# MT2 OTA Module



## MSmart (Oct 30, 2005)

Has anyone had any experience installing a MT2 OTA Module in a VIP 222k receiver? In particular are there any drawbacks or problems?


----------



## BattleZone (Nov 13, 2007)

It takes about 20 seconds: get a #2 phillips screwdriver, remove the screw and cover on the back of the receiver, slide in the tuner module, and screw it in place. Once done, it's as if it were "built-in".


----------



## butters (Sep 25, 2007)

So easy a caveman could do it!

I've never done it but from everyone I have heard from that has, it is like changing a light bulb.


----------



## CosmoHunter (Jan 8, 2010)

butters said:


> So easy a caveman could do it!
> 
> I've never done it but from everyone I have heard from that has, it is like changing a light bulb.


I am about to get my Dish HD installed next week with a VIP 222K receiver. I called Dish earlier today, they kept saying that I don't need to pay extra to plug my HD antenna into the receiver. So, does the OTA module comes with the receiver, or do you have to pay extra for it? I am ready to ***** about it if I need to pay.


----------



## P Smith (Jul 25, 2002)

$30 for the MT-2 module; be ready to pay another $40 to convert it to DVR soon ( beta SW is testing ).


----------



## BattleZone (Nov 13, 2007)

CosmoHunter said:


> I am about to get my Dish HD installed next week with a VIP 222K receiver. I called Dish earlier today, they kept saying that I don't need to pay extra to plug my HD antenna into the receiver. So, does the OTA module comes with the receiver, or do you have to pay extra for it? I am ready to ***** about it if I need to pay.


If you get a 222 (non-K), then a single OTA tuner is built-in. If you get the 222k, then no tuner is built in, and you'll need to buy the optional tuner module, which gets you a pair of OTA tuners.


----------



## GrumpyBear (Feb 1, 2006)

P Smith said:


> $30 for the MT-2 module; be ready to pay another $40 to convert it to DVR soon ( beta SW is testing ).

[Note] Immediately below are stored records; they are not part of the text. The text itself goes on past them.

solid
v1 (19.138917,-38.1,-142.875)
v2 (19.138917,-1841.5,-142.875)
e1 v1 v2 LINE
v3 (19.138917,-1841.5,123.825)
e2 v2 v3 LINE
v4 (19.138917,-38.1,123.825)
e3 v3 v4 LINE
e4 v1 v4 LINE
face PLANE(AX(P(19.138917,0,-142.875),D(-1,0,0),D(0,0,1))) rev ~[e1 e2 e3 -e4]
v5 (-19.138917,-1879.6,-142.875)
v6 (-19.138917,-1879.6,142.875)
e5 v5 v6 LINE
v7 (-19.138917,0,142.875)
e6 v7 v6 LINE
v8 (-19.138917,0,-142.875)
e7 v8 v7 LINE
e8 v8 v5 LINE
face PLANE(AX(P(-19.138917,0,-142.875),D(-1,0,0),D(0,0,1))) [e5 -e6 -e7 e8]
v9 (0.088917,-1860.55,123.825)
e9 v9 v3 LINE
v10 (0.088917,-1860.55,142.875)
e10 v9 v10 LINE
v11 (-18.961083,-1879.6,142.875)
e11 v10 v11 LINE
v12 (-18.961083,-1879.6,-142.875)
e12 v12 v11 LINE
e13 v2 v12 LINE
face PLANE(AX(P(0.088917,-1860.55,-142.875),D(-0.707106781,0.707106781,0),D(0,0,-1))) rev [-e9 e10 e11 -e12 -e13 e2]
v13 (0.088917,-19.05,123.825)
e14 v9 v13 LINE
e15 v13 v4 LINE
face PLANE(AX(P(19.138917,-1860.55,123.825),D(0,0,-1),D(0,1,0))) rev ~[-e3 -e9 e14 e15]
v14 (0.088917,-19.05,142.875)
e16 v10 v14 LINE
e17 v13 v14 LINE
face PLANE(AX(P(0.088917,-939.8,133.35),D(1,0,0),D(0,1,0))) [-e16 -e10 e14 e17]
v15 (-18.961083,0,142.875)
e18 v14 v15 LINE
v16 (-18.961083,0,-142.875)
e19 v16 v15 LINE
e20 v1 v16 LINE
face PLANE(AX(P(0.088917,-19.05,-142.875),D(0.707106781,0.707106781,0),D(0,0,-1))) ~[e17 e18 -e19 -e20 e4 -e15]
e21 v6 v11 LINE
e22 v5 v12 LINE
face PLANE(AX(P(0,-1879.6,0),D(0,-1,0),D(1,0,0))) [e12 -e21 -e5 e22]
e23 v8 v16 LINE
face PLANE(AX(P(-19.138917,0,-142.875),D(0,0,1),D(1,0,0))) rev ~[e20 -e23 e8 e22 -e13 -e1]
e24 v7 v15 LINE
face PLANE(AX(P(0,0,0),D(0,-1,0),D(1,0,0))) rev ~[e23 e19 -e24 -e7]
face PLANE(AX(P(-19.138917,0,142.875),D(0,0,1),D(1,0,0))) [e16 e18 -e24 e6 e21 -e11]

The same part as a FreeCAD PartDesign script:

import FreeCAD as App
import Part
import Sketcher

V = App.Vector
Q = App.Units.Quantity


def edges_at(feature, points):
    """Names of the edges that pass closest to the given points."""
    edges = feature.Shape.Edges
    near = lambda p: min(range(len(edges)), key=lambda i: edges[i].distToShape(Part.Vertex(*p))[0])
    return sorted({f"Edge{near(p) + 1}" for p in points})

doc = App.newDocument("Part")
params = doc.addObject("Spreadsheet::Sheet", "Params")
for row, (alias, value) in enumerate([
    ("sketch1_height", "11.25 in"),
    ("pad1_length", "74 in"),
    ("chamfer_size", "1.5 in"),
    ("sketch2_width", "72.5 in"),
    ("sketch2_height", "0.75 in"),
    ("pocket1_length", "0.75 in"),
], start=1):
    params.set(f"A{row}", alias)
    params.set(f"B{row}", "=" + value)
    params.setAlias(f"B{row}", alias)

body = doc.addObject("PartDesign::Body", "Body")

# Sketch on XZ plane
sketch1 = doc.addObject("Sketcher::SketchObject", "Sketch")
body.addObject(sketch1)
sketch1.AttachmentSupport = (doc.XZ_Plane, [""])
sketch1.MapMode = "FlatFace"
sketch1.addGeometry([
    Part.LineSegment(V(-19, 143, 0), V(-19, -143, 0)),
    Part.LineSegment(V(-19, -143, 0), V(19, -143, 0)),
    Part.LineSegment(V(19, -143, 0), V(19, 143, 0)),
    Part.LineSegment(V(19, 143, 0), V(-19, 143, 0)),
], False)
sketch1.addConstraint([
    Sketcher.Constraint("Coincident", 0, 2, 1, 1),
    Sketcher.Constraint("Coincident", 1, 2, 2, 1),
    Sketcher.Constraint("Coincident", 2, 2, 3, 1),
    Sketcher.Constraint("Coincident", 3, 2, 0, 1),
    Sketcher.Constraint("Vertical", 0),
    Sketcher.Constraint("Horizontal", 1),
    Sketcher.Constraint("Vertical", 2),
    Sketcher.Constraint("Horizontal", 3),
    Sketcher.Constraint("Symmetric", 0, 2, 2, 2, -1, 1),
    Sketcher.Constraint("DistanceY", 0, 2, 0, 1, Q("11.25 in")),
    Sketcher.Constraint("DistanceX", 1, 1, 1, 2, Q("38.277834 mm")),
])
sketch1.setExpression("Constraints[9]", "Params.sketch1_height")
pad1 = doc.addObject("PartDesign::Pad", "Pad")
body.addObject(pad1)
pad1.Profile = sketch1
pad1.setExpression("Length", "Params.pad1_length")
doc.recompute()

chamfer = doc.addObject("PartDesign::Chamfer", "Chamfer")
body.addObject(chamfer)
chamfer.Base = (pad1, edges_at(pad1, [(19.139, -1879.6, 0), (19.139, 0, 0)]))
chamfer.setExpression("Size", "Params.chamfer_size")

# Sketch on YZ plane
sketch2 = doc.addObject("Sketcher::SketchObject", "Sketch001")
body.addObject(sketch2)
sketch2.AttachmentSupport = (doc.YZ_Plane, [""])
sketch2.MapMode = "FlatFace"
sketch2.AttachmentOffset = App.Placement(V(0, 0, 19.138917), App.Rotation())
sketch2.addGeometry([
    Part.LineSegment(V(-1861, 143, 0), V(-1861, 124, 0)),
    Part.LineSegment(V(-1861, 124, 0), V(-19, 124, 0)),
    Part.LineSegment(V(-19, 124, 0), V(-19, 143, 0)),
    Part.LineSegment(V(-19, 143, 0), V(-1861, 143, 0)),
], False)
sketch2.addConstraint([
    Sketcher.Constraint("Coincident", 0, 2, 1, 1),
    Sketcher.Constraint("Coincident", 1, 2, 2, 1),
    Sketcher.Constraint("Coincident", 2, 2, 3, 1),
    Sketcher.Constraint("Coincident", 3, 2, 0, 1),
    Sketcher.Constraint("Vertical", 0),
    Sketcher.Constraint("Horizontal", 1),
    Sketcher.Constraint("Vertical", 2),
    Sketcher.Constraint("Horizontal", 3),
    Sketcher.Constraint("DistanceX", 1, 1, 1, 2, Q("72.5 in")),
    Sketcher.Constraint("DistanceY", 0, 2, 0, 1, Q("0.75 in")),
    Sketcher.Constraint("DistanceX", 0, 2, -1, 1, Q("73.25 in")),
    Sketcher.Constraint("DistanceY", -1, 1, 0, 2, Q("4.875 in")),
])
sketch2.setExpression("Constraints[8]", "Params.sketch2_width")
sketch2.setExpression("Constraints[9]", "Params.sketch2_height")
pocket1 = doc.addObject("PartDesign::Pocket", "Pocket")
body.addObject(pocket1)
pocket1.Profile = sketch2
pocket1.setExpression("Length", "Params.pocket1_length")

doc.recompute()
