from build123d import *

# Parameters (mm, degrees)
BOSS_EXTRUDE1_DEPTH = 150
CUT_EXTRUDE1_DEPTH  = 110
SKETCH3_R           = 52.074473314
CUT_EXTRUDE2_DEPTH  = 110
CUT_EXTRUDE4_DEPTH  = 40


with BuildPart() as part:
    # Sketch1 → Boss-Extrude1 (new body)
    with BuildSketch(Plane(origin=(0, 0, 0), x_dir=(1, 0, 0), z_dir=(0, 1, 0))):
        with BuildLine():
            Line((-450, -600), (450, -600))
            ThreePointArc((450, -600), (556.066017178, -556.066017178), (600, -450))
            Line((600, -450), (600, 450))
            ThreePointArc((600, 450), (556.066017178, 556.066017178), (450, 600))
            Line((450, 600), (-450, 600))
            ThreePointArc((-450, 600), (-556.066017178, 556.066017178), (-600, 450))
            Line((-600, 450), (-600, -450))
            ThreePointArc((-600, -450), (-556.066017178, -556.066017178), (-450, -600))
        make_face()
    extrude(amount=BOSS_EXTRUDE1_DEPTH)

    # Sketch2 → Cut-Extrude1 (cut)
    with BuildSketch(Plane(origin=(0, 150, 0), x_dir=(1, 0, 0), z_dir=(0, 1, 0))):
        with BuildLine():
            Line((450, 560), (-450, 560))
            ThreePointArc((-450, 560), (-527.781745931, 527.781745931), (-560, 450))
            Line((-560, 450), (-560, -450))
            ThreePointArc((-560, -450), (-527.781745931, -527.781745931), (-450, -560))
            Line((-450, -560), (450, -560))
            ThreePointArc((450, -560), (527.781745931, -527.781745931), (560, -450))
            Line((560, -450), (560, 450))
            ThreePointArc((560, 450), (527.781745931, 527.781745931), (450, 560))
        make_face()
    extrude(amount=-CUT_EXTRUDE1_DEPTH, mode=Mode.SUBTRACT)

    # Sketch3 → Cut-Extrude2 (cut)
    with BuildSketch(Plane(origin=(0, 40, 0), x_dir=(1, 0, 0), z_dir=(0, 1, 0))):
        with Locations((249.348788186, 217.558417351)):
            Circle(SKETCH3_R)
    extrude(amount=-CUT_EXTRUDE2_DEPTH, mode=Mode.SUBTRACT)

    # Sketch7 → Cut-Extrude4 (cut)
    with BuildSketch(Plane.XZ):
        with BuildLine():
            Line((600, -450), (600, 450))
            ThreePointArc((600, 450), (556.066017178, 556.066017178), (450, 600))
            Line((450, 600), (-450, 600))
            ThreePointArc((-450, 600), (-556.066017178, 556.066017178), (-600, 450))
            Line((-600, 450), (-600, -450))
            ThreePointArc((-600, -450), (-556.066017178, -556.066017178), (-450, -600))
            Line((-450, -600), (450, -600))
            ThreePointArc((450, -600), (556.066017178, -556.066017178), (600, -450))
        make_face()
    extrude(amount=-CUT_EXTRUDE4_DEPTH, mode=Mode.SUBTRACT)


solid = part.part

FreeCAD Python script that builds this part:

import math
import FreeCAD as App
import Part
import Sketcher
Q = App.Units.Quantity

doc = App.newDocument("Part")
body = doc.addObject("PartDesign::Body", "Body")

sketch1 = body.newObject("Sketcher::SketchObject", "Sketch")
sketch1.AttachmentSupport = (doc.getObject("XZ_Plane"), [""])
sketch1.MapMode = "FlatFace"
sketch1.addGeometry(Part.LineSegment(App.Vector(-450, 600, 0), App.Vector(450, 600, 0)), False)
sketch1.addGeometry(Part.ArcOfCircle(Part.Circle(App.Vector(450, 450, 0), App.Vector(0, 0, 1), 150), math.radians(0), math.radians(90)), False)
sketch1.addGeometry(Part.LineSegment(App.Vector(600, 450, 0), App.Vector(600, -450, 0)), False)
sketch1.addGeometry(Part.ArcOfCircle(Part.Circle(App.Vector(450, -450, 0), App.Vector(0, 0, 1), 150), math.radians(-90), math.radians(0)), False)
sketch1.addGeometry(Part.LineSegment(App.Vector(450, -600, 0), App.Vector(-450, -600, 0)), False)
sketch1.addGeometry(Part.ArcOfCircle(Part.Circle(App.Vector(-450, -450, 0), App.Vector(0, 0, 1), 150), math.radians(180), math.radians(270)), False)
sketch1.addGeometry(Part.LineSegment(App.Vector(-600, -450, 0), App.Vector(-600, 450, 0)), False)
sketch1.addGeometry(Part.ArcOfCircle(Part.Circle(App.Vector(-450, 450, 0), App.Vector(0, 0, 1), 150), math.radians(90), math.radians(180)), False)
sketch1.addConstraint(Sketcher.Constraint("Tangent", 0, 2, 1, 2))
sketch1.addConstraint(Sketcher.Constraint("Tangent", 1, 1, 2, 1))
sketch1.addConstraint(Sketcher.Constraint("Tangent", 2, 2, 3, 2))
sketch1.addConstraint(Sketcher.Constraint("Tangent", 3, 1, 4, 1))
sketch1.addConstraint(Sketcher.Constraint("Tangent", 4, 2, 5, 2))
sketch1.addConstraint(Sketcher.Constraint("Tangent", 5, 1, 6, 1))
sketch1.addConstraint(Sketcher.Constraint("Tangent", 6, 2, 7, 2))
sketch1.addConstraint(Sketcher.Constraint("Tangent", 7, 1, 0, 1))
sketch1.addConstraint(Sketcher.Constraint("Horizontal", 0))
sketch1.addConstraint(Sketcher.Constraint("Vertical", 2))
sketch1.addConstraint(Sketcher.Constraint("Horizontal", 4))
sketch1.addConstraint(Sketcher.Constraint("Vertical", 6))
sketch1.addConstraint(Sketcher.Constraint("Equal", 1, 3))
sketch1.addConstraint(Sketcher.Constraint("Equal", 3, 5))
sketch1.addConstraint(Sketcher.Constraint("Equal", 5, 7))
sketch1.addConstraint(Sketcher.Constraint("Symmetric", 1, 3, 5, 3, -1, 1))
sketch1.addConstraint(Sketcher.Constraint("Equal", 4, 2))
sketch1.addConstraint(Sketcher.Constraint("Radius", 1, Q("150 mm")))
sketch1.addConstraint(Sketcher.Constraint("DistanceX", 0, 1, 0, 2, Q("900 mm")))
pad1 = body.newObject("PartDesign::Pad", "Pad")
pad1.Profile = sketch1
pad1.Length = 150
pad1.Reversed = True

sketch2 = body.newObject("Sketcher::SketchObject", "Sketch001")
sketch2.AttachmentSupport = (doc.getObject("XZ_Plane"), [""])
sketch2.MapMode = "FlatFace"
sketch2.AttachmentOffset = App.Placement(App.Vector(0, 0, -150), App.Rotation())
sketch2.addGeometry(Part.LineSegment(App.Vector(450, -560, 0), App.Vector(-450, -560, 0)), False)
sketch2.addGeometry(Part.ArcOfCircle(Part.Circle(App.Vector(-450, -450, 0), App.Vector(0, 0, 1), 110), math.radians(180), math.radians(270)), False)
sketch2.addGeometry(Part.LineSegment(App.Vector(-560, -450, 0), App.Vector(-560, 450, 0)), False)
sketch2.addGeometry(Part.ArcOfCircle(Part.Circle(App.Vector(-450, 450, 0), App.Vector(0, 0, 1), 110), math.radians(90), math.radians(180)), False)
sketch2.addGeometry(Part.LineSegment(App.Vector(-450, 560, 0), App.Vector(450, 560, 0)), False)
sketch2.addGeometry(Part.ArcOfCircle(Part.Circle(App.Vector(450, 450, 0), App.Vector(0, 0, 1), 110), math.radians(0), math.radians(90)), False)
sketch2.addGeometry(Part.LineSegment(App.Vector(560, 450, 0), App.Vector(560, -450, 0)), False)
sketch2.addGeometry(Part.ArcOfCircle(Part.Circle(App.Vector(450, -450, 0), App.Vector(0, 0, 1), 110), math.radians(-90), math.radians(0)), False)
sketch2.addConstraint(Sketcher.Constraint("Tangent", 0, 2, 1, 2))
sketch2.addConstraint(Sketcher.Constraint("Tangent", 1, 1, 2, 1))
sketch2.addConstraint(Sketcher.Constraint("Tangent", 2, 2, 3, 2))
sketch2.addConstraint(Sketcher.Constraint("Tangent", 3, 1, 4, 1))
sketch2.addConstraint(Sketcher.Constraint("Tangent", 4, 2, 5, 2))
sketch2.addConstraint(Sketcher.Constraint("Tangent", 5, 1, 6, 1))
sketch2.addConstraint(Sketcher.Constraint("Tangent", 6, 2, 7, 2))
sketch2.addConstraint(Sketcher.Constraint("Tangent", 7, 1, 0, 1))
sketch2.addConstraint(Sketcher.Constraint("Horizontal", 0))
sketch2.addConstraint(Sketcher.Constraint("Vertical", 2))
sketch2.addConstraint(Sketcher.Constraint("Horizontal", 4))
sketch2.addConstraint(Sketcher.Constraint("Vertical", 6))
sketch2.addConstraint(Sketcher.Constraint("Equal", 1, 3))
sketch2.addConstraint(Sketcher.Constraint("Equal", 3, 5))
sketch2.addConstraint(Sketcher.Constraint("Equal", 5, 7))
sketch2.addConstraint(Sketcher.Constraint("Symmetric", 1, 3, 5, 3, -1, 1))
sketch2.addConstraint(Sketcher.Constraint("Equal", 4, 2))
sketch2.addConstraint(Sketcher.Constraint("Radius", 1, Q("110 mm")))
sketch2.addConstraint(Sketcher.Constraint("DistanceX", 0, 2, 0, 1, Q("900 mm")))
pocket1 = body.newObject("PartDesign::Pocket", "Pocket")
pocket1.Profile = sketch2
pocket1.Length = 110
pocket1.Reversed = True

sketch3 = body.newObject("Sketcher::SketchObject", "Sketch002")
sketch3.AttachmentSupport = (doc.getObject("XZ_Plane"), [""])
sketch3.MapMode = "FlatFace"
sketch3.AttachmentOffset = App.Placement(App.Vector(0, 0, -40), App.Rotation())
sketch3.addGeometry(Part.Circle(App.Vector(249, -218, 0), App.Vector(0, 0, 1), 52), False)
sketch3.addConstraint(Sketcher.Constraint("Diameter", 0, Q("104.148947 mm")))
sketch3.addConstraint(Sketcher.Constraint("DistanceX", -1, 1, 0, 3, Q("249.348788 mm")))
sketch3.addConstraint(Sketcher.Constraint("DistanceY", 0, 3, -1, 1, Q("217.558417 mm")))
pocket2 = body.newObject("PartDesign::Pocket", "Pocket001")
pocket2.Profile = sketch3
pocket2.Length = 110
pocket2.Reversed = True

sketch4 = body.newObject("Sketcher::SketchObject", "Sketch003")
sketch4.AttachmentSupport = (doc.getObject("XZ_Plane"), [""])
sketch4.MapMode = "FlatFace"
sketch4.addGeometry(Part.LineSegment(App.Vector(600, -450, 0), App.Vector(600, 450, 0)), False)
sketch4.addGeometry(Part.ArcOfCircle(Part.Circle(App.Vector(450, 450, 0), App.Vector(0, 0, 1), 150), math.radians(0), math.radians(90)), False)
sketch4.addGeometry(Part.LineSegment(App.Vector(450, 600, 0), App.Vector(-450, 600, 0)), False)
sketch4.addGeometry(Part.ArcOfCircle(Part.Circle(App.Vector(-450, 450, 0), App.Vector(0, 0, 1), 150), math.radians(90), math.radians(180)), False)
sketch4.addGeometry(Part.LineSegment(App.Vector(-600, 450, 0), App.Vector(-600, -450, 0)), False)
sketch4.addGeometry(Part.ArcOfCircle(Part.Circle(App.Vector(-450, -450, 0), App.Vector(0, 0, 1), 150), math.radians(180), math.radians(270)), False)
sketch4.addGeometry(Part.LineSegment(App.Vector(-450, -600, 0), App.Vector(450, -600, 0)), False)
sketch4.addGeometry(Part.ArcOfCircle(Part.Circle(App.Vector(450, -450, 0), App.Vector(0, 0, 1), 150), math.radians(-90), math.radians(0)), False)
sketch4.addConstraint(Sketcher.Constraint("Tangent", 0, 2, 1, 1))
sketch4.addConstraint(Sketcher.Constraint("Tangent", 1, 2, 2, 1))
sketch4.addConstraint(Sketcher.Constraint("Tangent", 2, 2, 3, 1))
sketch4.addConstraint(Sketcher.Constraint("Tangent", 3, 2, 4, 1))
sketch4.addConstraint(Sketcher.Constraint("Tangent", 4, 2, 5, 1))
sketch4.addConstraint(Sketcher.Constraint("Tangent", 5, 2, 6, 1))
sketch4.addConstraint(Sketcher.Constraint("Tangent", 6, 2, 7, 1))
sketch4.addConstraint(Sketcher.Constraint("Tangent", 7, 2, 0, 1))
sketch4.addConstraint(Sketcher.Constraint("Vertical", 0))
sketch4.addConstraint(Sketcher.Constraint("Horizontal", 2))
sketch4.addConstraint(Sketcher.Constraint("Vertical", 4))
sketch4.addConstraint(Sketcher.Constraint("Horizontal", 6))
sketch4.addConstraint(Sketcher.Constraint("Equal", 1, 3))
sketch4.addConstraint(Sketcher.Constraint("Equal", 3, 5))
sketch4.addConstraint(Sketcher.Constraint("Equal", 5, 7))
sketch4.addConstraint(Sketcher.Constraint("Symmetric", 1, 3, 5, 3, -1, 1))
sketch4.addConstraint(Sketcher.Constraint("Equal", 6, 0))
sketch4.addConstraint(Sketcher.Constraint("Radius", 1, Q("150 mm")))
sketch4.addConstraint(Sketcher.Constraint("DistanceX", 2, 2, 2, 1, Q("900 mm")))
pocket3 = body.newObject("PartDesign::Pocket", "Pocket002")
pocket3.Profile = sketch4
pocket3.Length = 40

doc.recompute()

any ETA on this happening?


----------



## P Smith (Jul 25, 2002)

If you're beta tester - now . For all others - soon.  Hope next CChat will reveal the ETA.


----------



## CosmoHunter (Jan 8, 2010)

I *****ed about it with Dish Network's CSR so hard they ended up sending me one for free. I will install it myself tonight.

P.S. what is ETA?


----------



## GrumpyBear (Feb 1, 2006)

CosmoHunter said:


> I *****ed about it with Dish Network's CSR so hard they ended up sending me one for free. I will install it myself tonight.
> 
> P.S. what is ETA?


ETA=Estimated Time of Arrival.


----------